Collision Course (Star Trek Academy)

(May 1, 2008)  Book by William Shatner with Judith and Garfield Reeves-Stevens.

Pocket Books.

Collision Course (Star Trek Academy)
GALLERY >

A year from now a new Star Trek movie will be hitting the big screens, featuring new young actors playing Captain Kirk, Mr. Spock and the rest of the original series crew, in a prequel to the TV series. J.J. Abrams (creator of the TV series Lost and director of Mission Impossible III) is in charge as producer and director. Though Leonard Nimoy appears as Spock once more, William Shatner isn’t in the movie, and he’s not happy about it.

But for those who can’t wait, Shatner’s created his own prequel story, though one that goes further back than the reported time period of the movie. In Collision Course, we see Kirk and Spock meet. And like screen couples are supposed to do, they meet cute. Kirk is a brash teenage rebel who despises Starfleet. Spock is the pampered but conflicted adolescent son of a Vulcan diplomat. They collide, literally, in a place neither have gone before: a bar in San Francisco.

And no, they’re not cruising. Jim is trying to clear his Starfleet Academy cadet girlfriend of false charges, while Spock is investigating thefts of Vulcan artifacts from their embassy in Sausalito. Their separate adventures soon merge, and events take them to Starfleet Academy and into space, aboard — what else — the starship Enterprise, to confront suppressed elements of Kirk’s dark past.

The story is full of twists, and it gets pushed several times towards the implausible, but always gets pulled back to become another surprising adventure. It’s skillfully told, with clean, swift prose. The dialog crackles, and you can hear both the youth of those familiar voices, and those familiar voices themselves.

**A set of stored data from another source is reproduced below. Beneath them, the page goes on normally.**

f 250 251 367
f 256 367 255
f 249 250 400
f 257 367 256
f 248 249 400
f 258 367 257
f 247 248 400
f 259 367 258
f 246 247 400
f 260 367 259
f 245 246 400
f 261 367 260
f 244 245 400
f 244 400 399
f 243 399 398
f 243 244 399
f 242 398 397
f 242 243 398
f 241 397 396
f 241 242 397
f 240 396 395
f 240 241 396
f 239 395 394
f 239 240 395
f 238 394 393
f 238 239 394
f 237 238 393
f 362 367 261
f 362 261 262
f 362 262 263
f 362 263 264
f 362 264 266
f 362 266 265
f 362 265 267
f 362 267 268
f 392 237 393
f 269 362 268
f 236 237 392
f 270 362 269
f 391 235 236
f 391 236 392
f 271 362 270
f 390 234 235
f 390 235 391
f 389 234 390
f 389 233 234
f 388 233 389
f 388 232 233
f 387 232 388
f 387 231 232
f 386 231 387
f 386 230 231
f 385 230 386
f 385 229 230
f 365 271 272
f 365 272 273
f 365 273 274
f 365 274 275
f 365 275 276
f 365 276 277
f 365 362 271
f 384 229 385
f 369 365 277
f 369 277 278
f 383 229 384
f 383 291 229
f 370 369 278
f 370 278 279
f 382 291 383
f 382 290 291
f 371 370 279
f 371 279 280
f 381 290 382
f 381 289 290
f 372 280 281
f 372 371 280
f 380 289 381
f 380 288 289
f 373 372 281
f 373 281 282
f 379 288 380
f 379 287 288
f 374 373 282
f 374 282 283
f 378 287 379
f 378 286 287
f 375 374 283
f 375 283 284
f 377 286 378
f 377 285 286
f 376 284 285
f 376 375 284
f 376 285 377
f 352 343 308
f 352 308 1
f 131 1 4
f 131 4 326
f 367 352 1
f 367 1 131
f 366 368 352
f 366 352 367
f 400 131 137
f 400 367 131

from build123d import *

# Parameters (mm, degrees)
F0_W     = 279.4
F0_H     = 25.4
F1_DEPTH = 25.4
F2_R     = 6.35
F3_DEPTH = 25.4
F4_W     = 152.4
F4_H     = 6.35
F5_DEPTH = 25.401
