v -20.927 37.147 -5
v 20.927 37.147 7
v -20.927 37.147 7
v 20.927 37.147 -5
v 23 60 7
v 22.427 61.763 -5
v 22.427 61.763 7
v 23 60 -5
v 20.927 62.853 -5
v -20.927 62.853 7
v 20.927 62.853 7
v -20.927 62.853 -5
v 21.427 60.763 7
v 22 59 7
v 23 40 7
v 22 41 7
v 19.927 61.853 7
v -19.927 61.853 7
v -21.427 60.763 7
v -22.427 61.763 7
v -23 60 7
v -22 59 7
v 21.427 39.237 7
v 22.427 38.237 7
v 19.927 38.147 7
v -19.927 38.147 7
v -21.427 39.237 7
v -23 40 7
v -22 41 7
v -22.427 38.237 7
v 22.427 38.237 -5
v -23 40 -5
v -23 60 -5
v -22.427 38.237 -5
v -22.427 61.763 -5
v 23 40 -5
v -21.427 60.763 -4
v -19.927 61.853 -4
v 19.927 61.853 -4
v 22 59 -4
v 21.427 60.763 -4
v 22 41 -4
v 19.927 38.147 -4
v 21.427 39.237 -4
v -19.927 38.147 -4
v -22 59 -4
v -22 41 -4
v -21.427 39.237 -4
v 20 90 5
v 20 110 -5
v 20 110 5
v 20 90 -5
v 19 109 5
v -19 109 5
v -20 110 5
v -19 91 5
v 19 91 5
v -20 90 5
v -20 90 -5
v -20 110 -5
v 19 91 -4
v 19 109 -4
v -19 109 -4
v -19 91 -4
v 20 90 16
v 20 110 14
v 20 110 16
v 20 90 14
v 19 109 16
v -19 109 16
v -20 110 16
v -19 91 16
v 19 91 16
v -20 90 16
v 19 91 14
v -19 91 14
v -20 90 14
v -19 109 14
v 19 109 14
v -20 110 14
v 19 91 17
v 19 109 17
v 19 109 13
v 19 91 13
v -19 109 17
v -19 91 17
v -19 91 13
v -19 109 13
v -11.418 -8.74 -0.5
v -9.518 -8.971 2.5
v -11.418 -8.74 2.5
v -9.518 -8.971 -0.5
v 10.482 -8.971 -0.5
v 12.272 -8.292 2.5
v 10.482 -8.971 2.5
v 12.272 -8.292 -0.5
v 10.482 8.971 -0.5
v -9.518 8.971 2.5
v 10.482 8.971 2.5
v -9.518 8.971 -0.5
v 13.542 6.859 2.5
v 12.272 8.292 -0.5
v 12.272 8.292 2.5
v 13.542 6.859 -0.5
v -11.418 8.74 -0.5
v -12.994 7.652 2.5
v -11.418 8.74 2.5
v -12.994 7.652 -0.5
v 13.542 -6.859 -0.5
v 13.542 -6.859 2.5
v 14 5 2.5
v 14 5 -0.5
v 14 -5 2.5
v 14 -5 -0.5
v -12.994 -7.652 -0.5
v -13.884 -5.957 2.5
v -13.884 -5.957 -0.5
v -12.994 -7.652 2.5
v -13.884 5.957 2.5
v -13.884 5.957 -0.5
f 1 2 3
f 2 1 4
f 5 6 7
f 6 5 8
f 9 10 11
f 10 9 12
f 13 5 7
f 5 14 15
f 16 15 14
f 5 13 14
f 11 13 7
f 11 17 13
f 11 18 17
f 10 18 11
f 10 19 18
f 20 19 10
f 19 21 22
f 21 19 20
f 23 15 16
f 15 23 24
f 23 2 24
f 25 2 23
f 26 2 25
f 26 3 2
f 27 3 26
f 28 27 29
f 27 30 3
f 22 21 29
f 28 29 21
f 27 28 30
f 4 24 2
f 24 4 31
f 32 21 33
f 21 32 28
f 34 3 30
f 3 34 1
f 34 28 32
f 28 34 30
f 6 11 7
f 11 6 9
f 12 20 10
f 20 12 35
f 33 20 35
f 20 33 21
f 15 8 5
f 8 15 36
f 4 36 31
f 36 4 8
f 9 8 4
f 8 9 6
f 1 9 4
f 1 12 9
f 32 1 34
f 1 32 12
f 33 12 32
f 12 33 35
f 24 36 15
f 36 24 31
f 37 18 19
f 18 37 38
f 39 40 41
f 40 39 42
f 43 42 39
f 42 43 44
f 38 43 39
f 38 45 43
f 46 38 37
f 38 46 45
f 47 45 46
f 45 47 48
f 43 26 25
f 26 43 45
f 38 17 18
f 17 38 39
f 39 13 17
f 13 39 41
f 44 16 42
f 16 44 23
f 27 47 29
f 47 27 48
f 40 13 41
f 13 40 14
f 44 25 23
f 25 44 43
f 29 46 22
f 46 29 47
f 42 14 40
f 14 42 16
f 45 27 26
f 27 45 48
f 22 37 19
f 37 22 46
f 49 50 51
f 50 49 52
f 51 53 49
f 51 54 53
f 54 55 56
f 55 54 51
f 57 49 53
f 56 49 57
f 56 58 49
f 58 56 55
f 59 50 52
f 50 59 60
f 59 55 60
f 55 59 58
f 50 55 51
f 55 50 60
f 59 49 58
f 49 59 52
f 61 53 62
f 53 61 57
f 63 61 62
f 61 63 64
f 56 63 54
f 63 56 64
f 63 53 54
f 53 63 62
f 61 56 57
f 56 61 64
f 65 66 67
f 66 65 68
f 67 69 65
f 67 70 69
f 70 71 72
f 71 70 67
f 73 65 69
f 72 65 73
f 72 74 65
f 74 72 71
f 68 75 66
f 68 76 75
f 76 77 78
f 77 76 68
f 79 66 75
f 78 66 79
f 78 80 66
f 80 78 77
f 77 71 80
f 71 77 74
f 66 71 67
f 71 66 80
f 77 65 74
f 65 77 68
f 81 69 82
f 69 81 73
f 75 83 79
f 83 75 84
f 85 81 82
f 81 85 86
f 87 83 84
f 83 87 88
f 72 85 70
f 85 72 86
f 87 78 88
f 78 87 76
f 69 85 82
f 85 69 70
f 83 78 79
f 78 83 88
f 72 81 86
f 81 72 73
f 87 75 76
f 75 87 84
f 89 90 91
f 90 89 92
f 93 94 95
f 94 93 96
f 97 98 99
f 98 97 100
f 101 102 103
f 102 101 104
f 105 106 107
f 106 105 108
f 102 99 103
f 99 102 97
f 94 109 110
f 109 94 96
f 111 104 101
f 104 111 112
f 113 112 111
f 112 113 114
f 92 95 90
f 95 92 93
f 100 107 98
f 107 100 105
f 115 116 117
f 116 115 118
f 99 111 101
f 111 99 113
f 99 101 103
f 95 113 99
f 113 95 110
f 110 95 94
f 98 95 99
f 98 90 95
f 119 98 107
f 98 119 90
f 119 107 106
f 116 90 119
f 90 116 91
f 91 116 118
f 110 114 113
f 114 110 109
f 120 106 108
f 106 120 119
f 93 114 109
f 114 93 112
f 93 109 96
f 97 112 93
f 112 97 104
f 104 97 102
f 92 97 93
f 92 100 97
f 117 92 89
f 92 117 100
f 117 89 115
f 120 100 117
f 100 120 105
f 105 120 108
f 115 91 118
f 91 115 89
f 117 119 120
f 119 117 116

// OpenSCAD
// Other ways to build parts
/*

Sage Ridge Robotics OpenSCAD file.
Christopher von Nagy, July 2014.

Example 07 Constructing objects. 

*/


// OpenSCAD has a few tricks for constructing objects
// that inolve the clever combination of geometric
// primitives, cubes, spheres, etc.

// The minkowski() command is one such tool. We are 
// going to use it to create a small box with rounded corners.

// First the basic shape is generated. You can change the size
// of the cylinders to alter the rounding of the corner.

translate([0,0,0])
minkowski()
{
   cube([20,10,1], center=true);
   cylinder(r=4,h=2);
};

// Great. Let's build the box by defining the outer box
// as a minkowski() object then subtracting a slightly
// smaller box to leave 1mm walls.

translate([0,50,0])
difference(){
   minkowski()
   {
      cube([40,20,10], center=true);
      cylinder(r=3,h=2);
   }
   translate([0,0,1])
   minkowski()
   {
      cube([38,18,10], center=true);
      cylinder(r=3,h=2);
   }
};


// Building a box and top is even easier if you do
// not want rounded corners.

translate([0,100,0])
difference(){
   cube([40,20,10], center=true);
   translate([0,0,1]) cube([38,18,10], center=true);
}

translate([0,100,15]) 
union(){
   cube([40,20,2], center=true);
   translate(0,0,0) cube([38,18,4], center=true);
}

/*

License code:

Creative Commons Atribution 4.0

Attribution — You must give appropriate credit, provide a link to the license, and indicate if changes were made. You may do so in any reasonable manner, but not in any way that suggests the licensor endorses you or your use.

No additional restrictions — You may not apply legal terms or technological measures that legally restrict others from doing anything the license permits.


*/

As often in Trek, there’s a contemporary ring to this futuristic tale, as this story brings painfully alive the contemporary tragedy of child soldiers in Africa and Asia. And the moment that young Kirk finally embraces his Starfleet destiny is one of several that exemplify another feature that Trek fans love — those moments of meaning that elevate this saga above most popular sci-fi. “If we remember the patterns of history, we do not repeat them,” Kirk realizes. “What do you mean by ‘we’?” he’s asked. “Starfleet,” Kirk replies.

If you’ve read Star Trek novels (I find them perfect for keeping my slightly numbed mind occupied on airplane trips) you’ll recognize the convention of expanding on elements of the Star Trek universe established on TV and in the movies, and particularly revisiting characters who may have appeared in only a single episode. There are several such cameos here, but the most interesting revived character is Jim Kirk’s older brother, George. Barely mentioned in the series, he’s seen here as a road-not-taken version of Jim. This helps give the future Captain some dimension, so this becomes a story of adolescents finding themselves that requires no special knowledge of Star Trek.